REQUIREMENT: An exact copy of all the data is the expected answer.

WORKING DATA:
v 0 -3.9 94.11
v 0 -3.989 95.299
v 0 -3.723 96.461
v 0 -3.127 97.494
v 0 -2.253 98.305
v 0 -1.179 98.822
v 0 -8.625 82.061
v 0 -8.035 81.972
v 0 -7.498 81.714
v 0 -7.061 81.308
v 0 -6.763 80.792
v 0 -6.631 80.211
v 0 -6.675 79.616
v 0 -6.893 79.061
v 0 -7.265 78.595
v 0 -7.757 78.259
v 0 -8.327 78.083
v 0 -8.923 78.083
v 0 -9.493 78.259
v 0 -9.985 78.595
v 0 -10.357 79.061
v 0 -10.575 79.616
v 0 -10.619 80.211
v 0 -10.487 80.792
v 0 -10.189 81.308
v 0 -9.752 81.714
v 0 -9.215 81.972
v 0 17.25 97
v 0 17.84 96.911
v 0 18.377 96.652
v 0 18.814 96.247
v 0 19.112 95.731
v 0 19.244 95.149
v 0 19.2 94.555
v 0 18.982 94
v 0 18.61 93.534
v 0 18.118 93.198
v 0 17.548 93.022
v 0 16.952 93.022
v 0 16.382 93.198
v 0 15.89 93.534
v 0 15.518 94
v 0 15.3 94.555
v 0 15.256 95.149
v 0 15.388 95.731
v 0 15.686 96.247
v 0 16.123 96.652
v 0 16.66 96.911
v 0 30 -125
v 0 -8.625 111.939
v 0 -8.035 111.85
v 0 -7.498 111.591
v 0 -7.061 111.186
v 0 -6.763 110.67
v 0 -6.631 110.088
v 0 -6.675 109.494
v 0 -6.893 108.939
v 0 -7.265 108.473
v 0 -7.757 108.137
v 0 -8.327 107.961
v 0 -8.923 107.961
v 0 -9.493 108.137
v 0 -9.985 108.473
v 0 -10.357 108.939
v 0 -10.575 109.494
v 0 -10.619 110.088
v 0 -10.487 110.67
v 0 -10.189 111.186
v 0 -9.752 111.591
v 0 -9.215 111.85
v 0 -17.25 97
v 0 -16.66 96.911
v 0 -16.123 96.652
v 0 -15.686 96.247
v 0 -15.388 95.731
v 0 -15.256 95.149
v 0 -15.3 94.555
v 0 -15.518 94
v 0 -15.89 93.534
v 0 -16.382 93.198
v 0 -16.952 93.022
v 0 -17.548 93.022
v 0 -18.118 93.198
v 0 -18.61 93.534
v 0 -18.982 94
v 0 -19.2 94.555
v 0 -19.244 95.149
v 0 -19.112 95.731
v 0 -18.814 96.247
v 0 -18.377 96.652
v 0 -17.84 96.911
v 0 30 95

SOLUTION TO THIS PROBLEM:
v 0 -3.9 94.11
v 0 -3.989 95.299
v 0 -3.723 96.461
v 0 -3.127 97.494
v 0 -2.253 98.305
v 0 -1.179 98.822
v 0 -8.625 82.061
v 0 -8.035 81.972
v 0 -7.498 81.714
v 0 -7.061 81.308
v 0 -6.763 80.792
v 0 -6.631 80.211
v 0 -6.675 79.616
v 0 -6.893 79.061
v 0 -7.265 78.595
v 0 -7.757 78.259
v 0 -8.327 78.083
v 0 -8.923 78.083
v 0 -9.493 78.259
v 0 -9.985 78.595
v 0 -10.357 79.061
v 0 -10.575 79.616
v 0 -10.619 80.211
v 0 -10.487 80.792
v 0 -10.189 81.308
v 0 -9.752 81.714
v 0 -9.215 81.972
v 0 17.25 97
v 0 17.84 96.911
v 0 18.377 96.652
v 0 18.814 96.247
v 0 19.112 95.731
v 0 19.244 95.149
v 0 19.2 94.555
v 0 18.982 94
v 0 18.61 93.534
v 0 18.118 93.198
v 0 17.548 93.022
v 0 16.952 93.022
v 0 16.382 93.198
v 0 15.89 93.534
v 0 15.518 94
v 0 15.3 94.555
v 0 15.256 95.149
v 0 15.388 95.731
v 0 15.686 96.247
v 0 16.123 96.652
v 0 16.66 96.911
v 0 30 -125
v 0 -8.625 111.939
v 0 -8.035 111.85
v 0 -7.498 111.591
v 0 -7.061 111.186
v 0 -6.763 110.67
v 0 -6.631 110.088
v 0 -6.675 109.494
v 0 -6.893 108.939
v 0 -7.265 108.473
v 0 -7.757 108.137
v 0 -8.327 107.961
v 0 -8.923 107.961
v 0 -9.493 108.137
v 0 -9.985 108.473
v 0 -10.357 108.939
v 0 -10.575 109.494
v 0 -10.619 110.088
v 0 -10.487 110.67
v 0 -10.189 111.186
v 0 -9.752 111.591
v 0 -9.215 111.85
v 0 -17.25 97
v 0 -16.66 96.911
v 0 -16.123 96.652
v 0 -15.686 96.247
v 0 -15.388 95.731
v 0 -15.256 95.149
v 0 -15.3 94.555
v 0 -15.518 94
v 0 -15.89 93.534
v 0 -16.382 93.198
v 0 -16.952 93.022
v 0 -17.548 93.022
v 0 -18.118 93.198
v 0 -18.61 93.534
v 0 -18.982 94
v 0 -19.2 94.555
v 0 -19.244 95.149
v 0 -19.112 95.731
v 0 -18.814 96.247
v 0 -18.377 96.652
v 0 -17.84 96.911
v 0 30 95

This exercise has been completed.